If anyone could help me out with this it'd be appreciated. BTW it apparently took my Calc teacher 12 hours to get this lol.

I agree with the answer given here.I did the math and the answer is correct. Took me 5 minutes .

 

The distance can be written as d = sqrt(c*c+h*h+a*a), here a is the constant altitude of 1 km.

 

Now dd/dt can be written as (2*c*dc/dt + 2*h*dh/dt + 2*a*da/dt) / 2d.

 

Plug in the values (we work completely in hours and km, then no factors pop up in the derivatives):

 

c equals -2 (the car is at the left and approaching the helicopter)

dc/dt equals 45.

 

h equals 0 (the helicopter is precisely above the highway). So the value of dh/dt does not matter here (it does matter at any other point on its trajectory however).

 

a equals 1 and is constant, so da/dt equals 0.

 

Now the result is simple:

 

d = sqrt(c*c + h*h + a*a) = sqrt((-2)*(-2) + 0*0 + 1*1) = sqrt(4+1) = sqrt(5).

 

dd/dt = (2*(-2)*45 + 0 + 0) / (2*sqrt(5))

 

If you approach this numerically, then you see that this is near -40.25 km/h.

[CanadaAotS]

ok ok, now if I knew that [math]d = \sqrt{c^2 + h^2 + a^2}[/math] I would've been able to do the problem... why does d = that? like I said in the original post, I knew that when the helicopter hovered at 0 that [math]d = \sqrt{c^2 + a^2}[/math], I did not know that that was because h^2 is included and since its 0 it's absent...

[woelen]

ok ok, now if I knew that [math]d = \sqrt{c^2 + h^2 + a^2}[/math] I would've been able to do the problem... why does d = that? like I said in the original post, I knew that when the helicopter hovered at 0 that [math]d = \sqrt{c^2 + a^2}[/math'], I did not know that that was because h^2 is included and since its 0 it's absent...

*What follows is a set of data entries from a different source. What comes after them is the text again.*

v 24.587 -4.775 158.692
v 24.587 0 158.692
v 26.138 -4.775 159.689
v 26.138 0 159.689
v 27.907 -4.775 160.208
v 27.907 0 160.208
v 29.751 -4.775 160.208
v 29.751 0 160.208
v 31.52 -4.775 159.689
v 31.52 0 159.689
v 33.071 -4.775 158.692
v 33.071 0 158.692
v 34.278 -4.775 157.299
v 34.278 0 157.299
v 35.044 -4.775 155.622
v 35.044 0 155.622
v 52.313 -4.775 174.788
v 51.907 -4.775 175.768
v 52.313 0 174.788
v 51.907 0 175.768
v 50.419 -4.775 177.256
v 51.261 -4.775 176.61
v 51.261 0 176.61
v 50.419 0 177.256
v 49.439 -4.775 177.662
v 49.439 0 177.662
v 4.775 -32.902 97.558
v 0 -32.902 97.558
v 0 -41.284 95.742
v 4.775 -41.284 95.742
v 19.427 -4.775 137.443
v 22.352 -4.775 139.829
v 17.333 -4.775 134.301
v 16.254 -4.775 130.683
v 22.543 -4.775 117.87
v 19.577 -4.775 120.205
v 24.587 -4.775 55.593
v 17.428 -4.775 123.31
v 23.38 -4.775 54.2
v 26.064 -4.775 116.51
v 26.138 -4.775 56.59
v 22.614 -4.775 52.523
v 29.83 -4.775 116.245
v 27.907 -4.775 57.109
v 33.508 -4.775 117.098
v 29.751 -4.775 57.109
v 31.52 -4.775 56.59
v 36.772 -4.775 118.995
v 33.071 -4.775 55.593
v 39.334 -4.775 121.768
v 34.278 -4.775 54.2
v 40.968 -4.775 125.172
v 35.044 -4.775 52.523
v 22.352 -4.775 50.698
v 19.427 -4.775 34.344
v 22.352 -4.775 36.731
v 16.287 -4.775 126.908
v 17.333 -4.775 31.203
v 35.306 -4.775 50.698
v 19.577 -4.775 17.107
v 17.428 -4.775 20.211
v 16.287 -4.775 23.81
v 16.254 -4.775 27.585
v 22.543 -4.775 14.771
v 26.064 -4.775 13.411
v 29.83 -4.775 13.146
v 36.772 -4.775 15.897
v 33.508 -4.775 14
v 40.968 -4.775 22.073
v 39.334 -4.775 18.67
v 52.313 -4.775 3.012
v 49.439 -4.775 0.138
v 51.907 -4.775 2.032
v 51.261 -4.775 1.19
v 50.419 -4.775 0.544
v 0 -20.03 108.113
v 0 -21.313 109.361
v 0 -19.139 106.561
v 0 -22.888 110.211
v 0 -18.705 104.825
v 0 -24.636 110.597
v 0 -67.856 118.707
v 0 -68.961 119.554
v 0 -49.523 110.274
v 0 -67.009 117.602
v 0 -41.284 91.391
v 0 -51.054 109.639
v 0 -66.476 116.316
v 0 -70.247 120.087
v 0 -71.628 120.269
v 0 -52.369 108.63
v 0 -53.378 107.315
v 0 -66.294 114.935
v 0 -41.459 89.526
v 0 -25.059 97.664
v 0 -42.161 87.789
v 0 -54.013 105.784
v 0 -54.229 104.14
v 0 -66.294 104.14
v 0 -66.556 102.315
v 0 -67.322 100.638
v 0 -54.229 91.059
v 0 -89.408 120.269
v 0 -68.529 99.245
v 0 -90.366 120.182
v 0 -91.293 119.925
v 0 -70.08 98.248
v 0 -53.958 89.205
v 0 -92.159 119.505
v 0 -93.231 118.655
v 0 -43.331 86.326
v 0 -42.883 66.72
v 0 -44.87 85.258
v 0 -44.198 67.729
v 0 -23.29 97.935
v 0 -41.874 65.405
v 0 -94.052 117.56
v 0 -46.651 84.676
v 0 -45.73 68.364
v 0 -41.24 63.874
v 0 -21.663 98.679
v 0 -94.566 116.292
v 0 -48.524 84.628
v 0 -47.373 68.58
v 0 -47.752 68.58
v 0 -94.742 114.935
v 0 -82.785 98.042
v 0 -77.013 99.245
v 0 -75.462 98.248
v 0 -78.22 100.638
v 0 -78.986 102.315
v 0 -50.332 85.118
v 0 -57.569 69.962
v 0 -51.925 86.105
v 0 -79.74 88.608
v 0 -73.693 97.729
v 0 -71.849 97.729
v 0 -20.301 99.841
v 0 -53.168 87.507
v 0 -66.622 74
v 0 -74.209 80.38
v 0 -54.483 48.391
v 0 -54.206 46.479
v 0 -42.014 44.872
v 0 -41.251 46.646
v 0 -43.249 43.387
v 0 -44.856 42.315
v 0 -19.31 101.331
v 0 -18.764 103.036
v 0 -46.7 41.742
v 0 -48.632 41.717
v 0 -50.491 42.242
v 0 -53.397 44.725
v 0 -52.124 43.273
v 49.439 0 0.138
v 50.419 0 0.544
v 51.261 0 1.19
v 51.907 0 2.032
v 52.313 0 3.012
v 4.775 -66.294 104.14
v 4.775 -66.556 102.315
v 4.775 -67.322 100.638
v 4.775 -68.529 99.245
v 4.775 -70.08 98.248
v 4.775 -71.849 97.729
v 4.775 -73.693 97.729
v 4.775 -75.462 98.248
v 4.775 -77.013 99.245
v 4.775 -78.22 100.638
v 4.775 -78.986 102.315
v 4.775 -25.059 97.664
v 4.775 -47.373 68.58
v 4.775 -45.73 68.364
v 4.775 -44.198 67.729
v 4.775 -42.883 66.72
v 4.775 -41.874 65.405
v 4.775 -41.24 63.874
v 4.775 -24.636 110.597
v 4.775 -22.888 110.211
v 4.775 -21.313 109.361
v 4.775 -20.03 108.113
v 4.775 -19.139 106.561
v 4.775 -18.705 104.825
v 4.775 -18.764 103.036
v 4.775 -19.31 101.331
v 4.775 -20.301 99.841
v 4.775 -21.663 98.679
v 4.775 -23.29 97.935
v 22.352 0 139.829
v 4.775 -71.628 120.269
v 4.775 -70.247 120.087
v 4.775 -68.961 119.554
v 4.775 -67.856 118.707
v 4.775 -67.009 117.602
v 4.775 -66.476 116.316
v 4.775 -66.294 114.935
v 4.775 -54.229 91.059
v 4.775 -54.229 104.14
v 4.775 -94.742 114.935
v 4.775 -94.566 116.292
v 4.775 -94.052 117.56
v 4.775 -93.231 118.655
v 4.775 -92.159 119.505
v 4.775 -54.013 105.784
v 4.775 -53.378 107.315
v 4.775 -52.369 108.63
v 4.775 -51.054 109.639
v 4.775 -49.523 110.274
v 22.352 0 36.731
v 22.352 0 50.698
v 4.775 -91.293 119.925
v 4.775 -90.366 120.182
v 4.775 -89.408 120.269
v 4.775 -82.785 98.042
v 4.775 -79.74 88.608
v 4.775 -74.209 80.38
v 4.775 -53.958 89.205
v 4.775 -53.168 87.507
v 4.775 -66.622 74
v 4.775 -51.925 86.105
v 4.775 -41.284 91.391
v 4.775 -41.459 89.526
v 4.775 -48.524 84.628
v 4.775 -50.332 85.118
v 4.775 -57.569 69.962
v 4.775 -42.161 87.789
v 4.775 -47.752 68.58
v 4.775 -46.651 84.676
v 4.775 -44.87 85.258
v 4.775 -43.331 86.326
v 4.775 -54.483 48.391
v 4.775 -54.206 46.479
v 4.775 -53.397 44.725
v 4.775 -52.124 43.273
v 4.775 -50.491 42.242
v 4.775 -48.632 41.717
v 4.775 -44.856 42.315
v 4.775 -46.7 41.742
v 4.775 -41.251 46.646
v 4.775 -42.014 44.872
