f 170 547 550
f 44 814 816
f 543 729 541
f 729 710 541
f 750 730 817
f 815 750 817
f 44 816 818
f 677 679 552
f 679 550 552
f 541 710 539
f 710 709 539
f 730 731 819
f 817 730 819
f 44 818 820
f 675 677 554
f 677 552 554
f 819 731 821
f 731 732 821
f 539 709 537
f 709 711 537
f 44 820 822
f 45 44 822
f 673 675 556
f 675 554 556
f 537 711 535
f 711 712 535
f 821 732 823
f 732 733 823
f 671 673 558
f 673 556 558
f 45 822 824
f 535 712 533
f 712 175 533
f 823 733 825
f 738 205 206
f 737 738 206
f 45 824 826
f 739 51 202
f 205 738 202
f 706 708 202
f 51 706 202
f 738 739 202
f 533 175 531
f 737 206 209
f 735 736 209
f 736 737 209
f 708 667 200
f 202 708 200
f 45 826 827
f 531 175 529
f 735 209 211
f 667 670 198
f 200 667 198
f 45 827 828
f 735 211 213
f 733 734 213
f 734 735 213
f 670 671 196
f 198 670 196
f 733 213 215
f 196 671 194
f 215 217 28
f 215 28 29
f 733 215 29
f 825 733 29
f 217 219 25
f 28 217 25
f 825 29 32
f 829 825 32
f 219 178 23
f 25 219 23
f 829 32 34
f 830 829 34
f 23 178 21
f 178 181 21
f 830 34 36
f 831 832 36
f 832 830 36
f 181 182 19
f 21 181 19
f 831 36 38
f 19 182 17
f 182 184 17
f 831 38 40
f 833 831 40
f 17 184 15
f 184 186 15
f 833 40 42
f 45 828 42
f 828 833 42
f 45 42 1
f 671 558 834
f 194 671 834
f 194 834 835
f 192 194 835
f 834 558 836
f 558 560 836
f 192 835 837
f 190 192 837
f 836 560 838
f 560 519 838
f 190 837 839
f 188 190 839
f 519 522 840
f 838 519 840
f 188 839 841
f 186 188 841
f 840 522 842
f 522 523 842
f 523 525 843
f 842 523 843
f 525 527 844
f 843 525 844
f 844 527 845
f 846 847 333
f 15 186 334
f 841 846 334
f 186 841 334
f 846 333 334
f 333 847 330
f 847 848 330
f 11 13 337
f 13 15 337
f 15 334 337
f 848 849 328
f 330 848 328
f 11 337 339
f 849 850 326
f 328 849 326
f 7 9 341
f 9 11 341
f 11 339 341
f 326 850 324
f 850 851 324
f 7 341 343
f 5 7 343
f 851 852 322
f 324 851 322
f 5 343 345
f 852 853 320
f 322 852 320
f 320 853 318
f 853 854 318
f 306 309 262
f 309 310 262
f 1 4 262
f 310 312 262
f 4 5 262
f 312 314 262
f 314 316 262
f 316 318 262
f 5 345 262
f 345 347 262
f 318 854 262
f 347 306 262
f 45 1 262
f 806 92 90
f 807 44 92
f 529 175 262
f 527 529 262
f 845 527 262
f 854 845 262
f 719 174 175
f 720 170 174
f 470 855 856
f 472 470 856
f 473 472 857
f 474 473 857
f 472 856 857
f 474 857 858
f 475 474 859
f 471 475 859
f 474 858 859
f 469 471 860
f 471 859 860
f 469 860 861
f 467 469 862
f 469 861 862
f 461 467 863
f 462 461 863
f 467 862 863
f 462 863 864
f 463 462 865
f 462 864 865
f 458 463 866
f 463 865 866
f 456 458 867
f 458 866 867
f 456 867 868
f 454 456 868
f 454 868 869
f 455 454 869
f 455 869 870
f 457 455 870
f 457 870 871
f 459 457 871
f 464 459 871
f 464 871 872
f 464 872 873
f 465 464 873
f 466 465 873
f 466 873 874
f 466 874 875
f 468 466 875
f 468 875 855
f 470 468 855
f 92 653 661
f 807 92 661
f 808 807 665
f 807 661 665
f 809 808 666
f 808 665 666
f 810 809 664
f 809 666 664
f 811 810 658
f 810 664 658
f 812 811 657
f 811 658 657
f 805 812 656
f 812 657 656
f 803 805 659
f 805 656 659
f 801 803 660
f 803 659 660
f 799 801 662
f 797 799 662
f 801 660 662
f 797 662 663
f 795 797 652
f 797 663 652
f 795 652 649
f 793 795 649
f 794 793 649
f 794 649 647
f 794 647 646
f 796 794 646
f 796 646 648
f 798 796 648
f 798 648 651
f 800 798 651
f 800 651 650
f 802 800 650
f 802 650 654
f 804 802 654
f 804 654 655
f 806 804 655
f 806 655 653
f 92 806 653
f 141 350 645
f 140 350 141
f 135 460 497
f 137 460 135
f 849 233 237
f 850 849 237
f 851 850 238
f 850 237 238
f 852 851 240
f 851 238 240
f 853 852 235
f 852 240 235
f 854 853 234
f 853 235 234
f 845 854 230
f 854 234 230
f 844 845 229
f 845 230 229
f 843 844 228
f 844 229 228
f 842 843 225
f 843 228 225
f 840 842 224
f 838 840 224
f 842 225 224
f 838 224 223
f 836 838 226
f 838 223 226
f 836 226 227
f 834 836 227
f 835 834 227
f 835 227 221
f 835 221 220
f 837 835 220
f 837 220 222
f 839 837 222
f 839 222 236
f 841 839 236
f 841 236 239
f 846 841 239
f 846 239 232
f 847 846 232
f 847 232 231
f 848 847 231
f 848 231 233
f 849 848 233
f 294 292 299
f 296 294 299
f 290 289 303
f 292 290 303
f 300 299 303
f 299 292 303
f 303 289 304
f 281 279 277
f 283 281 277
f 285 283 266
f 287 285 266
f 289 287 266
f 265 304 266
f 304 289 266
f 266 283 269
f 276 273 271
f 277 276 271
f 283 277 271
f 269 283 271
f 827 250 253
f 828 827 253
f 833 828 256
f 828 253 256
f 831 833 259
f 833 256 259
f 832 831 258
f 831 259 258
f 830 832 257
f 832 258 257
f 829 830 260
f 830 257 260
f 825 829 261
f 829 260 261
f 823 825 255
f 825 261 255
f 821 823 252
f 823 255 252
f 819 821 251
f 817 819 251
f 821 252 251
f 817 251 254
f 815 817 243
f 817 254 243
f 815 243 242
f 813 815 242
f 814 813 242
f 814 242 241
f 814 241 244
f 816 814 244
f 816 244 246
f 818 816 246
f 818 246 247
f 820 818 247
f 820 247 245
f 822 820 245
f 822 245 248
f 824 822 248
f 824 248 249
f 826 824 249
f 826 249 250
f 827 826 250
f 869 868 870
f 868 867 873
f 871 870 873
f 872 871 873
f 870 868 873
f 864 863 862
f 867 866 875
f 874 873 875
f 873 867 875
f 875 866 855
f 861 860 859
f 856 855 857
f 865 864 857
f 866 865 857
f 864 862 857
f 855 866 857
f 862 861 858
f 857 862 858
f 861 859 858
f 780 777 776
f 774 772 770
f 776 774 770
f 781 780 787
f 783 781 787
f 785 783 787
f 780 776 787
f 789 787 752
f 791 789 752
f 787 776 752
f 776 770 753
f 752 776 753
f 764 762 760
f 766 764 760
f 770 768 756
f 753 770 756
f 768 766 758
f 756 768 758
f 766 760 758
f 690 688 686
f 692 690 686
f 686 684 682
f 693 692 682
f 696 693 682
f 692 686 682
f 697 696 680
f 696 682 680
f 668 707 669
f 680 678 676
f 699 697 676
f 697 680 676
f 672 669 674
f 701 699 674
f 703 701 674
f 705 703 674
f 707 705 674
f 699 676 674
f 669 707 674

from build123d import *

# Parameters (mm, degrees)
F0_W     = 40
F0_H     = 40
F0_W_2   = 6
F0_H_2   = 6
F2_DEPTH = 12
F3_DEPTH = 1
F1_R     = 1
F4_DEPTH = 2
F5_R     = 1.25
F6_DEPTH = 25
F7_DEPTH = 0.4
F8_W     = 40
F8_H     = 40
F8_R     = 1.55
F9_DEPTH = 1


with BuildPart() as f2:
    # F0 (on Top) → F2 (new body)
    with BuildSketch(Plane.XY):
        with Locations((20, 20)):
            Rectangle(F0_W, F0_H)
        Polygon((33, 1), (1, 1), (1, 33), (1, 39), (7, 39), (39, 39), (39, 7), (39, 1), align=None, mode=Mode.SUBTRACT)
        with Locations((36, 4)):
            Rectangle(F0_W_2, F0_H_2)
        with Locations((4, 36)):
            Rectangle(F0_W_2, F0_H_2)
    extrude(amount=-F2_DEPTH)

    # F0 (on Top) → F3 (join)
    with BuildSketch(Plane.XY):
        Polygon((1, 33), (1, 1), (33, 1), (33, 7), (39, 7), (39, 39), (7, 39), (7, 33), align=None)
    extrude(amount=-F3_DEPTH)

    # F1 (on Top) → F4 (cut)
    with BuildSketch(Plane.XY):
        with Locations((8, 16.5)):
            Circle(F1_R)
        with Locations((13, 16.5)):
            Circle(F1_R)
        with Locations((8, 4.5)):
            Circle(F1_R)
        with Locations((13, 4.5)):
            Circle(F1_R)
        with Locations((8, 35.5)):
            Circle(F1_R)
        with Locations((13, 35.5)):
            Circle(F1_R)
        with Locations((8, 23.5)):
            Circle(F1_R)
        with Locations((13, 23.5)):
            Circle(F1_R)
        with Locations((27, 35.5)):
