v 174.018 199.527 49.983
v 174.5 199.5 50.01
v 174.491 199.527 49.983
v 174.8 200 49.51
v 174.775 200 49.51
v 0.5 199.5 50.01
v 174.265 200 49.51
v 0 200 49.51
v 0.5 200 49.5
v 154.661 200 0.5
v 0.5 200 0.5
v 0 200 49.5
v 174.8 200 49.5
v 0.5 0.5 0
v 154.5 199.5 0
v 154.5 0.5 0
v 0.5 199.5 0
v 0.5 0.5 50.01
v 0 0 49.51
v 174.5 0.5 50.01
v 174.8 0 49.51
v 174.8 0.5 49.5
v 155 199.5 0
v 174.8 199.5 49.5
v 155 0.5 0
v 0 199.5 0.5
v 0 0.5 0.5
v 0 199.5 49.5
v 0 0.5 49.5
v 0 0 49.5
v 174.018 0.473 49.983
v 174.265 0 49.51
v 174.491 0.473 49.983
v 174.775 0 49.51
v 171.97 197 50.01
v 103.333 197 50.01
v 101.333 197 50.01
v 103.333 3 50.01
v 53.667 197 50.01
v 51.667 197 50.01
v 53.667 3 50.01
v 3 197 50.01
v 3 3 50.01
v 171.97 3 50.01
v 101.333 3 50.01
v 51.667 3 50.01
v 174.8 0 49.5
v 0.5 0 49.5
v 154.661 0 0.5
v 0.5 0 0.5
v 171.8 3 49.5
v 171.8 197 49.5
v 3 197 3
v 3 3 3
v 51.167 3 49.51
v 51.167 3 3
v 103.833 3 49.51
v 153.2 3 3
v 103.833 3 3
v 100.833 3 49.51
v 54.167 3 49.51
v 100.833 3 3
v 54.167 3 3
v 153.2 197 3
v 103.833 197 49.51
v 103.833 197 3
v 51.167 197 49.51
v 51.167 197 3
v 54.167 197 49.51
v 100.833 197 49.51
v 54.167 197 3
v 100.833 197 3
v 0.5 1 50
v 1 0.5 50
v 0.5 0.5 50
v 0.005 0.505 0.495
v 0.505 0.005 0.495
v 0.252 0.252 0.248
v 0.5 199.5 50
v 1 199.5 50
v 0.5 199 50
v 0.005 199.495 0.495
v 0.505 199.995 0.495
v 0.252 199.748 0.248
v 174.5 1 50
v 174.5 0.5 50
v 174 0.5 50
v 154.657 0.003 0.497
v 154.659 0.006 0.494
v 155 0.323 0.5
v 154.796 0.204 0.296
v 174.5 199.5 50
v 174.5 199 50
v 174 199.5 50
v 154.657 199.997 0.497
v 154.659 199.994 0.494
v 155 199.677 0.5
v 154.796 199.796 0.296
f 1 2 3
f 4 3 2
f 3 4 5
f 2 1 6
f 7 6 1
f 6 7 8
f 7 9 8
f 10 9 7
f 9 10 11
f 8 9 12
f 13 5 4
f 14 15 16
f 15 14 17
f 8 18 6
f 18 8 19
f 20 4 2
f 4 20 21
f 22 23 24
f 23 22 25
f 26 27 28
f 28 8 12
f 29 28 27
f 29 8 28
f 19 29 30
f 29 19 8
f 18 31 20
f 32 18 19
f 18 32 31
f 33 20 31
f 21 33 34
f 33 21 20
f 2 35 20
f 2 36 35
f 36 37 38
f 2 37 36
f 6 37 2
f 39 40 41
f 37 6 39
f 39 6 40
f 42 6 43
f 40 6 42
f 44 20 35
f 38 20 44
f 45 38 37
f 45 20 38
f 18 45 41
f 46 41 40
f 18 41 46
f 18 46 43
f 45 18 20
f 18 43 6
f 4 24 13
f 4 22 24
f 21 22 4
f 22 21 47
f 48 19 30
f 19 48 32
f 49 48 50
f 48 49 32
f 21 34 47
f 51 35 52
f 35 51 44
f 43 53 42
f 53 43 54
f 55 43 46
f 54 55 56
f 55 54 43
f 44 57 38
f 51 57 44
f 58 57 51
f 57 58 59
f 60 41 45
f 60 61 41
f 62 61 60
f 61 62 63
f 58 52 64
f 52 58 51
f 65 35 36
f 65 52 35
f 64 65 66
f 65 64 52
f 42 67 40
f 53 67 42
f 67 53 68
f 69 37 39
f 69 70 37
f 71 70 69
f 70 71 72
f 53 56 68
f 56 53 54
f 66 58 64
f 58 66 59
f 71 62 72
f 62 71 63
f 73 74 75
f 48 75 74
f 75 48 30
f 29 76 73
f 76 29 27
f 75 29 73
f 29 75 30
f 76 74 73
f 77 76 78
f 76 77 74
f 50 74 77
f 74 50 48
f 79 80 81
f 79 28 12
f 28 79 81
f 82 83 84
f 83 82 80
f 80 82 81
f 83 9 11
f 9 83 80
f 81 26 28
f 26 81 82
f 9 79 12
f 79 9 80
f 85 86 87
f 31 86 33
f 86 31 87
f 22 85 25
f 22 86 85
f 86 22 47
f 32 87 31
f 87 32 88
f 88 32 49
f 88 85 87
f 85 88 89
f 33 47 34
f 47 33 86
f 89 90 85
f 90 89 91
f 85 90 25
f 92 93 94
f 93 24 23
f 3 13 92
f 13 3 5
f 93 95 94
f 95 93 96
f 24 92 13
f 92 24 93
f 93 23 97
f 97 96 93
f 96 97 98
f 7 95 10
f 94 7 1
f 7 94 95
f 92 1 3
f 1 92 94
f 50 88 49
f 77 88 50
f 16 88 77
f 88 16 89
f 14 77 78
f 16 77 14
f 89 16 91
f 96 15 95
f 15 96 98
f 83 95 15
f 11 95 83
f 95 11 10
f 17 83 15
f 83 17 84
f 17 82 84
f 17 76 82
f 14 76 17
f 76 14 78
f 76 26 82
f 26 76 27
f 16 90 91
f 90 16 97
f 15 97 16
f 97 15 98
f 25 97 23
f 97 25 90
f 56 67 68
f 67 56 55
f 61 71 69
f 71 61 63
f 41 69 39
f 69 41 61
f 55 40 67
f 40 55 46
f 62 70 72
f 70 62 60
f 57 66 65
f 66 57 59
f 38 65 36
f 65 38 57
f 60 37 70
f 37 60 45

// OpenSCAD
// Version: 0.16
// 0.16: the inner cavity now follows the side taper with the same slope as
// the outer wall, so the (angled) side walls keep a constant thickness over
// the full height instead of thickening towards the top; cross dividers flare
// along the whole height to stay embedded in the tapered side walls.
// Parametric Cutlery Organizer Bin, modularly split into:
//   - bin_shell(): outer box with chamfered top collar, tapered side walls,
//     full-height vertical corner-edge chamfers, bottom edge chamfers and a
//     single full inner cavity (no divider is subtracted from the bin anymore)
//   - divider(): a single removable-style divider slab with a chamfered top
//   - dividers(): places N dividers evenly across the bin (in relation to the
//     bottom footprint) in either orientation (lengthwise or crosswise)
//   - cutlery_organizer(): convenience module combining bin + dividers

/* [Dimensions] */
bottom_width = 155;
length = 200;
height = 50;
wall_thickness = 3.0;
bottom_thickness = 3.0;
chamfer_size = 0.5;

// Side Tapers (Extra width added at the top)
right_extra_top = 20;
left_extra_top = 0;

/* [Dividers] */
// Number of separators (0 = none)
num_dividers = 2;
// "lengthwise" = run along the length and split the width (original behavior)
// "crosswise"  = run along the width and split the length
divider_orientation = "lengthwise"; // [lengthwise, crosswise]
divider_thickness = 3.0;

/* [Hidden] */
// Derived taper geometry (shared by bin and dividers)
z_trans = height - chamfer_size;
r_mid = right_extra_top * (z_trans / height);
l_mid = left_extra_top * (z_trans / height);

// Outer polygon of the shell at a given height (accounts for side taper).
// The outer wall tapers linearly over the full height (slope extra_top/h),
// so the row exactly at z_trans already carries the taper offset.
function outer_poly(w, l, z) =
    z < z_trans
        ? [[0, 0], [w, 0], [w, l], [0, l]]
        : [[-l_mid, 0], [w + r_mid, 0], [w + r_mid, l], [-l_mid, l]];

// Outer polygon on the top face (with the chamfer collar inset)
function top_poly(w, l, chamfer) = [
    [-left_extra_top + chamfer, chamfer],
    [w + right_extra_top - chamfer, chamfer],
    [w + right_extra_top - chamfer, l - chamfer],
    [-left_extra_top + chamfer, l - chamfer]
];

// Inner cavity polygon at a given height. It follows the side taper with the
// same slope as the outer wall, so the wall thickness stays constant over the
// full height (a vertical cavity would let the tapered wall thicken towards
// the top).
function cavity_poly(w, l, wall, z, h, r_extra = 0, l_extra = 0) = [
    [wall - l_extra * (z / h), wall],
    [w + r_extra * (z / h) - wall, wall],
    [w + r_extra * (z / h) - wall, l - wall],
    [wall - l_extra * (z / h), l - wall]
];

Apply Pythagoras' rule twice.

 

If you have three sides A (left-right), B(forward backward) and C(up-down), all perpendicular to each other, then you can first apply pythagoras at the gound: sqrt(A*A+B*B). This line still is perpendicular to the line going upwards. Now apply pythagoras again:

 

sqrt(sqrt(A*A+B*B) * sqrt(A*A+B*B) + C*C) = sqrt(A*A+B*B+C*C)

 

This is the cumbersome way of explaining this:-) . In general, the length of a vector x in N dimensions equals [math]\sqrt(x^Tx)[/math], but in order to understand that you need some basic linear algebra. It is written as [math]||x||_2[/math], the 2-norm of a vector.